Modder Aaron Camara is the latest scampaign creator to attempt to raise money on Kickstarter. Camara is trying to raise $10,768 to release a game patch for the N64 version of Super Smash Bros. The mod adds 12 new characters (all lovingly jacked from other properties) and 8 new stages. Camara says he will release the completed Smash Overload patch to the “whole community” once it has been completed. That’s because, as he insists in the campaign’s FAQ section, this is not a commercial product.

“If you support us it’s really important you know that you are not giving us money in exchange for anything in particular. We hope you’ll support us because you believe in our work as modders.”

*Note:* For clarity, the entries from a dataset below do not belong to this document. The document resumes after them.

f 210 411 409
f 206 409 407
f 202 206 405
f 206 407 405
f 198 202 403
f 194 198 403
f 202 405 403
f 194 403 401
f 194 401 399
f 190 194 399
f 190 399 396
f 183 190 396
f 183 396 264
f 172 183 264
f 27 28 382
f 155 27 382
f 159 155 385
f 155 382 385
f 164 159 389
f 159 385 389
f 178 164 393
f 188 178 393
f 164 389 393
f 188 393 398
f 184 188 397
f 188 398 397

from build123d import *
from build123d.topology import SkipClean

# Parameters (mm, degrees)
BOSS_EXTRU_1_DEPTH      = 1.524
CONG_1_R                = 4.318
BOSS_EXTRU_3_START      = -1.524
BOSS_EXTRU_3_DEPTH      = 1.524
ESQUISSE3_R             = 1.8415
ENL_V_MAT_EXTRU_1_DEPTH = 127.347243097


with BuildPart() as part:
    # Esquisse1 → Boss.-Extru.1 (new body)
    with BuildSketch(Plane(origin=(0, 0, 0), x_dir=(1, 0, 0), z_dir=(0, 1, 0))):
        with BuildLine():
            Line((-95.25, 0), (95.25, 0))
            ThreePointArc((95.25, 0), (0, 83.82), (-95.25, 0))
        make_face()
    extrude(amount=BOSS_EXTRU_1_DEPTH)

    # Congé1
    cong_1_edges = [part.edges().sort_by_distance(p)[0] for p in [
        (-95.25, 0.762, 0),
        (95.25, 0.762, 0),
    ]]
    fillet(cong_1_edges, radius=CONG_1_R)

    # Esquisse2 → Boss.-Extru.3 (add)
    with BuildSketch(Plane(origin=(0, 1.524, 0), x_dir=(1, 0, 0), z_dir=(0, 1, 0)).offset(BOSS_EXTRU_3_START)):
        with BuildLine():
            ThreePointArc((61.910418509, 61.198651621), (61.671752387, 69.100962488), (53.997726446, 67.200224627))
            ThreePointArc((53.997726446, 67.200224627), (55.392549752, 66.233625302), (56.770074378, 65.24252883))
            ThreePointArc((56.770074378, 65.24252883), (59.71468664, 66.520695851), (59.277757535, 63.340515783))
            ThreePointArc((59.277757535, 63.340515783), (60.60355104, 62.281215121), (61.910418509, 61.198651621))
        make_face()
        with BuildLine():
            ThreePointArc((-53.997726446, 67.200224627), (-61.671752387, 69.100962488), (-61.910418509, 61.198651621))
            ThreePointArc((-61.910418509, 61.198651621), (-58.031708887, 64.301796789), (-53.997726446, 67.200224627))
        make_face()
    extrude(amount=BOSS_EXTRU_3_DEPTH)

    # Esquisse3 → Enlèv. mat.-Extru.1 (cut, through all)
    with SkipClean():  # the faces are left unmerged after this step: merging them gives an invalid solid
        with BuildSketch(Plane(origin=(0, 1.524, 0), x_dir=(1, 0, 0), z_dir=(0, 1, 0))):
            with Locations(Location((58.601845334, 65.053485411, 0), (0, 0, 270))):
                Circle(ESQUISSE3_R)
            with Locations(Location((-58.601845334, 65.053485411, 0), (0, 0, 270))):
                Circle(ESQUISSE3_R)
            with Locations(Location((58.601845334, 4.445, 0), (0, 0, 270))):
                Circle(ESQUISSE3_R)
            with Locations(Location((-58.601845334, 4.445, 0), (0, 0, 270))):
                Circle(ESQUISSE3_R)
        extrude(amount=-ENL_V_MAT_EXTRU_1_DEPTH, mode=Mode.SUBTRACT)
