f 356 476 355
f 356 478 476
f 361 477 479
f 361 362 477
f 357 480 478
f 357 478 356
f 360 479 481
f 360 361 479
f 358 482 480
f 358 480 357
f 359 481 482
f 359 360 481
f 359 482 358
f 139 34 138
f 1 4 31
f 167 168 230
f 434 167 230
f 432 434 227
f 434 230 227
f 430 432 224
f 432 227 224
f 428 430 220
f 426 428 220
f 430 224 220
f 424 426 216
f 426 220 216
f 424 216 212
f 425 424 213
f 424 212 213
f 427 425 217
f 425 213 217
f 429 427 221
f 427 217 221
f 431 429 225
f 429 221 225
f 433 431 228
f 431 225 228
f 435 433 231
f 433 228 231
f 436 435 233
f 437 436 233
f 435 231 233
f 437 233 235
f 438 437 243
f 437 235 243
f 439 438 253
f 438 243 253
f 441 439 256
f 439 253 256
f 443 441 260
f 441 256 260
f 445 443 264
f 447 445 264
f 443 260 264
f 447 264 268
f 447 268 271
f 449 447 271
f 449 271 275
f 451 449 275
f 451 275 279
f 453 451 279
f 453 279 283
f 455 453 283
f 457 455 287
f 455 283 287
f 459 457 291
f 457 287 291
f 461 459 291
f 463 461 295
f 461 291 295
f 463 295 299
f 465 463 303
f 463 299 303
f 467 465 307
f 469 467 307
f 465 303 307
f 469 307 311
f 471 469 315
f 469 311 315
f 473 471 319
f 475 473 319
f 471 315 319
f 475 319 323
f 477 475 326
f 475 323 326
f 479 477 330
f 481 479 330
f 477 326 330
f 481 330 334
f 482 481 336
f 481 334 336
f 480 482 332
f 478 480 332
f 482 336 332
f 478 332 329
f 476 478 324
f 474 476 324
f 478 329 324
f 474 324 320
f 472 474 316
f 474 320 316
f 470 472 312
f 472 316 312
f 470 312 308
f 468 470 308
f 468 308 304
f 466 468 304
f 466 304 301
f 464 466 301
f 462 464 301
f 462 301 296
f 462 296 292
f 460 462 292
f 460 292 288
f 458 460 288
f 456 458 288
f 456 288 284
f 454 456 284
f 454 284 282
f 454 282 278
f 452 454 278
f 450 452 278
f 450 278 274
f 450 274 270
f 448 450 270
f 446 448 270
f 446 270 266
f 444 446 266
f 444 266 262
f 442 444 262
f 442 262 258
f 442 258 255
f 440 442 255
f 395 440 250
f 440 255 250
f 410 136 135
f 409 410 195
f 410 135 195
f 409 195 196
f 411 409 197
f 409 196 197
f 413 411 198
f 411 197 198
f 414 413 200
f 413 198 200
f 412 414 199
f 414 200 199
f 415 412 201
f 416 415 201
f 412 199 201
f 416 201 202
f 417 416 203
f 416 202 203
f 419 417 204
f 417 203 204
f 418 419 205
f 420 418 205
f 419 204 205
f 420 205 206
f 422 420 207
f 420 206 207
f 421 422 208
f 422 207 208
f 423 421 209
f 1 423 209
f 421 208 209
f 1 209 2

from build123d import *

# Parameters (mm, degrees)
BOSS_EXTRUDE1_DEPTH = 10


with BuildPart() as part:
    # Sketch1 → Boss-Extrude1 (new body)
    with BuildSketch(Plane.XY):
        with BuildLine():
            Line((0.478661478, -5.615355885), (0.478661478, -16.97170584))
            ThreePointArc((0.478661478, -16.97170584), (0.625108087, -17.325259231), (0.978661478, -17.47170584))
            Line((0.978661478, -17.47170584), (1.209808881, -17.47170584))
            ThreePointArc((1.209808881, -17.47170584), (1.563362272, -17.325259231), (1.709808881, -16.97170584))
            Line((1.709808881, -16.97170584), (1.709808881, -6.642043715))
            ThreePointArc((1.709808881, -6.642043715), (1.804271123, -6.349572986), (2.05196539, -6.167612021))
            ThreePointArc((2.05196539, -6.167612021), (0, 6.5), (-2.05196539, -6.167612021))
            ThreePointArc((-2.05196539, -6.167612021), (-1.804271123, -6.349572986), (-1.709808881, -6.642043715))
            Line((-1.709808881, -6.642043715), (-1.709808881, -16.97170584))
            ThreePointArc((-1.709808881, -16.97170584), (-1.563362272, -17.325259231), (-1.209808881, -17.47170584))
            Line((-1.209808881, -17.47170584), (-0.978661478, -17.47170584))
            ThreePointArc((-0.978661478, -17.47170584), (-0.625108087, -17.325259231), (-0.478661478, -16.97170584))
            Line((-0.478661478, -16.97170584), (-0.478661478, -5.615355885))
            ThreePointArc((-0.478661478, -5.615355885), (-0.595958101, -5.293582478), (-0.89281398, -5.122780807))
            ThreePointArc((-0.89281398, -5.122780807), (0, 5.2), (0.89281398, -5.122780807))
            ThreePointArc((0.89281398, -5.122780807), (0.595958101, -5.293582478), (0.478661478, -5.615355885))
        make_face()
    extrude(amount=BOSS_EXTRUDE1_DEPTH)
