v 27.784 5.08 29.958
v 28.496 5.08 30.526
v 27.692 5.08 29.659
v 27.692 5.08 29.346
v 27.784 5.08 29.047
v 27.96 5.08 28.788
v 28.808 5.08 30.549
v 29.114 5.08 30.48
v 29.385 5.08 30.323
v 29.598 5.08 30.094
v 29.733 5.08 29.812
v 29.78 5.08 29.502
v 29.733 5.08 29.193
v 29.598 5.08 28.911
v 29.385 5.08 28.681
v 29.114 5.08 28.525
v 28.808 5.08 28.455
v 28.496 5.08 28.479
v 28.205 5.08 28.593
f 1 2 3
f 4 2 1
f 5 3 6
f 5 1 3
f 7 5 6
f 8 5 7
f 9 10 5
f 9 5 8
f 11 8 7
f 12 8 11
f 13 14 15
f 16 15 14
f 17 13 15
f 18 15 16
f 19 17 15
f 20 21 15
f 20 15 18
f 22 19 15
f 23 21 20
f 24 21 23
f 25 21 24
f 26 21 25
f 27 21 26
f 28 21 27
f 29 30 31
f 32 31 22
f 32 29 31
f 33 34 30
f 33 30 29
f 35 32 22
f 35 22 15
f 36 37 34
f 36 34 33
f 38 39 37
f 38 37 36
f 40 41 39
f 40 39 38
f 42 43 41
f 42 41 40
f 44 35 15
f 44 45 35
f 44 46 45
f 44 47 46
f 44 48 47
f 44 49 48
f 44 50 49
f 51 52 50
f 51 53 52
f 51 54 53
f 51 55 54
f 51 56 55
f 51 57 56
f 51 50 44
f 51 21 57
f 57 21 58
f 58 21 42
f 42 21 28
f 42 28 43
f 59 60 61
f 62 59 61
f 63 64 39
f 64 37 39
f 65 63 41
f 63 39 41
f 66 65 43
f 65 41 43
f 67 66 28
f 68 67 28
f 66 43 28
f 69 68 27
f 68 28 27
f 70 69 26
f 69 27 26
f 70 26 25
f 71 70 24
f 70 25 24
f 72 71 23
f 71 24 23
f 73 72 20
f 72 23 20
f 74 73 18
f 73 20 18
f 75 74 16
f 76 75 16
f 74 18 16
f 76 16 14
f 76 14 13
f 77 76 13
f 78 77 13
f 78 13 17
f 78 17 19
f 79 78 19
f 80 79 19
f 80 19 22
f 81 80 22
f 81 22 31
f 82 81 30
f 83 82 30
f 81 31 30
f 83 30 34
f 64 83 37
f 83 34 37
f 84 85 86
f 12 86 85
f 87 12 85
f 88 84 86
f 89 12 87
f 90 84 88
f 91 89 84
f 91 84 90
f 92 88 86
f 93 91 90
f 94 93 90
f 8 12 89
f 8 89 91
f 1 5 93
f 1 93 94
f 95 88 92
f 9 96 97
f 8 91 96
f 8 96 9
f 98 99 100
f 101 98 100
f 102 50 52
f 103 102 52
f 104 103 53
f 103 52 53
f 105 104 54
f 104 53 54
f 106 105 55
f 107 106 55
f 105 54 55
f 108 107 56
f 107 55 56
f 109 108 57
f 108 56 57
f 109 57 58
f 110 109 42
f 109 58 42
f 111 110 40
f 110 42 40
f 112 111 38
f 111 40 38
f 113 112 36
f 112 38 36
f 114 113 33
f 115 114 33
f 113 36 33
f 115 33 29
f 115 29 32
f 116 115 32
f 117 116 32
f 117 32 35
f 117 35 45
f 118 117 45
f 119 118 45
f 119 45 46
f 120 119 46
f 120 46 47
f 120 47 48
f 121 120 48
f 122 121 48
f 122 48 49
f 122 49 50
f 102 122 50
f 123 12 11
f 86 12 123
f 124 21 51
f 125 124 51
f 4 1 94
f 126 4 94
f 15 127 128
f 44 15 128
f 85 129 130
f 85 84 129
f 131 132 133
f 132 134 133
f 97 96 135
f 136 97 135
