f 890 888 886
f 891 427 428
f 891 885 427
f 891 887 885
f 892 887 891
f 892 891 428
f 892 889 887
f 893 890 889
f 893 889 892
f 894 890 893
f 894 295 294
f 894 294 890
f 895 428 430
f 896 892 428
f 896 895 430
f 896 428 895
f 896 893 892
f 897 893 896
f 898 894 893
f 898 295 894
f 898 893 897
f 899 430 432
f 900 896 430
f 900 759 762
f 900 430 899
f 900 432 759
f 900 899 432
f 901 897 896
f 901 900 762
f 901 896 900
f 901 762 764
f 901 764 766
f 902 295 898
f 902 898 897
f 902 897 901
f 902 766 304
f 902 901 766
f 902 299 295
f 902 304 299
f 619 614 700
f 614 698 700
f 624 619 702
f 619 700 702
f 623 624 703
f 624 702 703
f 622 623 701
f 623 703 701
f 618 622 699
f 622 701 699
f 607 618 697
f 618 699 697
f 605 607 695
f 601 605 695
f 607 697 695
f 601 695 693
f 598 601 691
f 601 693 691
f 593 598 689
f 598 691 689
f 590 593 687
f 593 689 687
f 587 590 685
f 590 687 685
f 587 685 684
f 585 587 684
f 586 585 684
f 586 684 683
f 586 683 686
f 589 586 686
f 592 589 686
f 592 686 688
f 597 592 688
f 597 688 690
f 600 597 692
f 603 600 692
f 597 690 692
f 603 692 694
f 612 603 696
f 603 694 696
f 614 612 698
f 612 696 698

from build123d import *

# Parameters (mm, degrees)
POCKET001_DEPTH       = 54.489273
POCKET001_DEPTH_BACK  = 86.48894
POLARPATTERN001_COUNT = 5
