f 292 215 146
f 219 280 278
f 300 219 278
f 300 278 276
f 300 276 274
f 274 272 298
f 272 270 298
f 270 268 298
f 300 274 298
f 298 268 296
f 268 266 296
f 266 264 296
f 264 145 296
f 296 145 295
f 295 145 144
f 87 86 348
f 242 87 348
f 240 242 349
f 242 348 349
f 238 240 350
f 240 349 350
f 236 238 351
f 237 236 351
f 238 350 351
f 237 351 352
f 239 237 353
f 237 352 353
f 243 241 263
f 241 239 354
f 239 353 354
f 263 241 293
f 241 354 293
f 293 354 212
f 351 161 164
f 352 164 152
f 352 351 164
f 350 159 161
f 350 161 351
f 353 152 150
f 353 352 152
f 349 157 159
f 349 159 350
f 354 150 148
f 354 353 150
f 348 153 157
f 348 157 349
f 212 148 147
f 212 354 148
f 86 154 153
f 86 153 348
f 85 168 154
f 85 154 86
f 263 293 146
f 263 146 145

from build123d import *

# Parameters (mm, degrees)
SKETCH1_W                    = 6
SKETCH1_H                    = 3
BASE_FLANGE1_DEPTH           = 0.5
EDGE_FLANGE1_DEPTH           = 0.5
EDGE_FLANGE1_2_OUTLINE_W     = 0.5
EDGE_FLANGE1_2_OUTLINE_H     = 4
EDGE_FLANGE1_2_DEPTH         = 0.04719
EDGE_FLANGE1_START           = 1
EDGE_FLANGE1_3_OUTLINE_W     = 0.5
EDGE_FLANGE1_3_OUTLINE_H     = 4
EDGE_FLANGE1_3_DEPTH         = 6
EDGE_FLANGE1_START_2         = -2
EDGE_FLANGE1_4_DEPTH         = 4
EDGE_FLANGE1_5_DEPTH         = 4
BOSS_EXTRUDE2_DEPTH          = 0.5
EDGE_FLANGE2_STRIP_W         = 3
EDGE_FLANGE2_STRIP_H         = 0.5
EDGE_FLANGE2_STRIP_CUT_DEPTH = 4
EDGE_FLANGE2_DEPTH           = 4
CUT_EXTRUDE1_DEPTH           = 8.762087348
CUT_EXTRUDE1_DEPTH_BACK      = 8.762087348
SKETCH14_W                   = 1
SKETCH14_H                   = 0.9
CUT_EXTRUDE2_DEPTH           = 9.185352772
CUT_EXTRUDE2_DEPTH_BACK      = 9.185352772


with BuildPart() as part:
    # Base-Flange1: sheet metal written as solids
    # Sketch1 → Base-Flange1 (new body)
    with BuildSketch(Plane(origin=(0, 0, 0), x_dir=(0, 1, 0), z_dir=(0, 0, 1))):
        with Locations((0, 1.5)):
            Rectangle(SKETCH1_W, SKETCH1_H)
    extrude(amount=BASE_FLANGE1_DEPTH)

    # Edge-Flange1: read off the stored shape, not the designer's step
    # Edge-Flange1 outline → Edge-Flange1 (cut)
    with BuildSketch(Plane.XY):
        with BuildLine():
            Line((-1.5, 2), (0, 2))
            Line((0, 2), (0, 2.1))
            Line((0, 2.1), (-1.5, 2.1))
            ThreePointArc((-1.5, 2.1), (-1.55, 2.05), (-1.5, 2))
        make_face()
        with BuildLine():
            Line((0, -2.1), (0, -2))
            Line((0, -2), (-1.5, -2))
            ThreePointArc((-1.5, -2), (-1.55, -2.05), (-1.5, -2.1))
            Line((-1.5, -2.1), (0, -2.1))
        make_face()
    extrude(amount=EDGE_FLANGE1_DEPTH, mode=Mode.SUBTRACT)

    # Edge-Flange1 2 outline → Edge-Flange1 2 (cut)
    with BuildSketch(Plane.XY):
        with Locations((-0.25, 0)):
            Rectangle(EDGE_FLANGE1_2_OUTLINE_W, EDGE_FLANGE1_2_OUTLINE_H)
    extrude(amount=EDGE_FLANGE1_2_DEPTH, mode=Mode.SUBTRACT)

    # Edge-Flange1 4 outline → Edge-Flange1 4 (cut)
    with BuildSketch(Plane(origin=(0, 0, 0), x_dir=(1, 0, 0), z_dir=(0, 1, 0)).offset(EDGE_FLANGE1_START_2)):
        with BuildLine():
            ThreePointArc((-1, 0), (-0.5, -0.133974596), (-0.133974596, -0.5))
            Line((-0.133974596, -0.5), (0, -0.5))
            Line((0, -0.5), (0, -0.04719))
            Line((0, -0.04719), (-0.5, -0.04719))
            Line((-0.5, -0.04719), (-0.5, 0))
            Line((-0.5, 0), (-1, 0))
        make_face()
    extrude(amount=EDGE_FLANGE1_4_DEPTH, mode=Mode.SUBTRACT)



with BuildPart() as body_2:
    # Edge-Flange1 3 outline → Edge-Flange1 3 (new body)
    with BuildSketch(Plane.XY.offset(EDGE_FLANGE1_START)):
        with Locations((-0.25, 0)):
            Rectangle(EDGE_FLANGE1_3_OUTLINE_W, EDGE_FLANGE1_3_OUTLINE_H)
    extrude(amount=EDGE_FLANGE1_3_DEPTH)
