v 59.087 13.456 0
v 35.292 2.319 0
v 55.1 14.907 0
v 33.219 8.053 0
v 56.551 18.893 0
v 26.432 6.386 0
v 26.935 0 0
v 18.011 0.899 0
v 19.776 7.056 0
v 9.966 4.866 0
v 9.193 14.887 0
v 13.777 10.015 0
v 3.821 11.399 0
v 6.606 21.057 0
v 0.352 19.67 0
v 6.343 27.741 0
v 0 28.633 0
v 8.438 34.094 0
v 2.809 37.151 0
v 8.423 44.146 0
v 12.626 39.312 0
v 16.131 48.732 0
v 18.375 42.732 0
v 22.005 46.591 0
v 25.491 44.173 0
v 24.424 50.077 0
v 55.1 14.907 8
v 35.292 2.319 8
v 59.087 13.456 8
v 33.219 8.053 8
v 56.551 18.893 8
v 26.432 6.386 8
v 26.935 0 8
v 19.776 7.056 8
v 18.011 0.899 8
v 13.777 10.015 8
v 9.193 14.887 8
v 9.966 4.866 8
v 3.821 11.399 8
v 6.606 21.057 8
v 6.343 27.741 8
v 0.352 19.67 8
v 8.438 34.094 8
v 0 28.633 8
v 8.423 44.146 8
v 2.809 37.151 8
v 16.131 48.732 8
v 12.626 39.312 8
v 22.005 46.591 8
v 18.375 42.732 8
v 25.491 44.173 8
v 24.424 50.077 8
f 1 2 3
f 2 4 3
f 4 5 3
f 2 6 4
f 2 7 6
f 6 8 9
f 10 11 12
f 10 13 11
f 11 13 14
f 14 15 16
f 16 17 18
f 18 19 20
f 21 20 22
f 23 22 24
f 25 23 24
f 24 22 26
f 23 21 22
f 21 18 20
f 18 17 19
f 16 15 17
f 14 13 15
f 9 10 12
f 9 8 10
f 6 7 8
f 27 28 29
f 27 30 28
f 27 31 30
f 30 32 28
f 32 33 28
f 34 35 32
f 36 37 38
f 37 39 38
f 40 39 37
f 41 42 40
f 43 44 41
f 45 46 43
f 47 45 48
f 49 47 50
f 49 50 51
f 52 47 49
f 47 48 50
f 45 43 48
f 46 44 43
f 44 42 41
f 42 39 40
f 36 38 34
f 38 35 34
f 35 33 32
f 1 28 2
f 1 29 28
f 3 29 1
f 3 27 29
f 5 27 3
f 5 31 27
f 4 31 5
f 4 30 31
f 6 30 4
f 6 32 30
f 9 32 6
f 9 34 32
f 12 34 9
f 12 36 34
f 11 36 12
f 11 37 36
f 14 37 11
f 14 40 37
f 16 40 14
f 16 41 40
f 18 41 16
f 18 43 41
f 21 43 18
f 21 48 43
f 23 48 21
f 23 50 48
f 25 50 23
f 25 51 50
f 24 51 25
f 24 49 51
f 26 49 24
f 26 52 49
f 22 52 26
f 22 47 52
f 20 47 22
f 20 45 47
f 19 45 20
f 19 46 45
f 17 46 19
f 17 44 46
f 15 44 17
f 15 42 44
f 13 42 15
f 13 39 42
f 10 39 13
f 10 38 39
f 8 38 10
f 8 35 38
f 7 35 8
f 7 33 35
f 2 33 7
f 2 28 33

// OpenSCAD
$fn = 32;

// ----------------------------------------------------------------------
// Hook plate: curl radius 22 mm over 205 degrees, 6 mm thick band
// ----------------------------------------------------------------------

// --- parameters (mm) ---
profile_height = 8;       // extrusion height
profile_points = 26;      // points of the closed outline

profile = [[22.005, 46.591], [24.424, 50.077], [16.131, 48.732], [8.423, 44.146], [2.809, 37.151], [0, 28.633], [0.352, 19.67], [3.821, 11.399], [9.966, 4.866], [18.011, 0.899], [26.935, 0], [35.292, 2.319], [59.087, 13.456], [55.1, 14.907], [56.551, 18.893], [33.219, 8.053], [26.432, 6.386], [19.776, 7.056], [13.777, 10.015], [9.193, 14.887], [6.606, 21.057], [6.343, 27.741], [8.438, 34.094], [12.626, 39.312], [18.375, 42.732], [25.491, 44.173]];  // single closed polygon, 26 points, counter clockwise

// --- the one profile operation ---
linear_extrude(height = profile_height) polygon(points = profile);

He claims the $10K funding goal will go towards “research and development expenses,” which he somehow believes gets around the whole Copyright violation thing. Sadly, Nintendo is unlikely to feel the same once way. They are the same company that readily shuts down passion projects that haven’t taken a dime for their efforts. Expecting them to sit idly by while someone rakes in a profit to dick around with their old game code is pretty foolish.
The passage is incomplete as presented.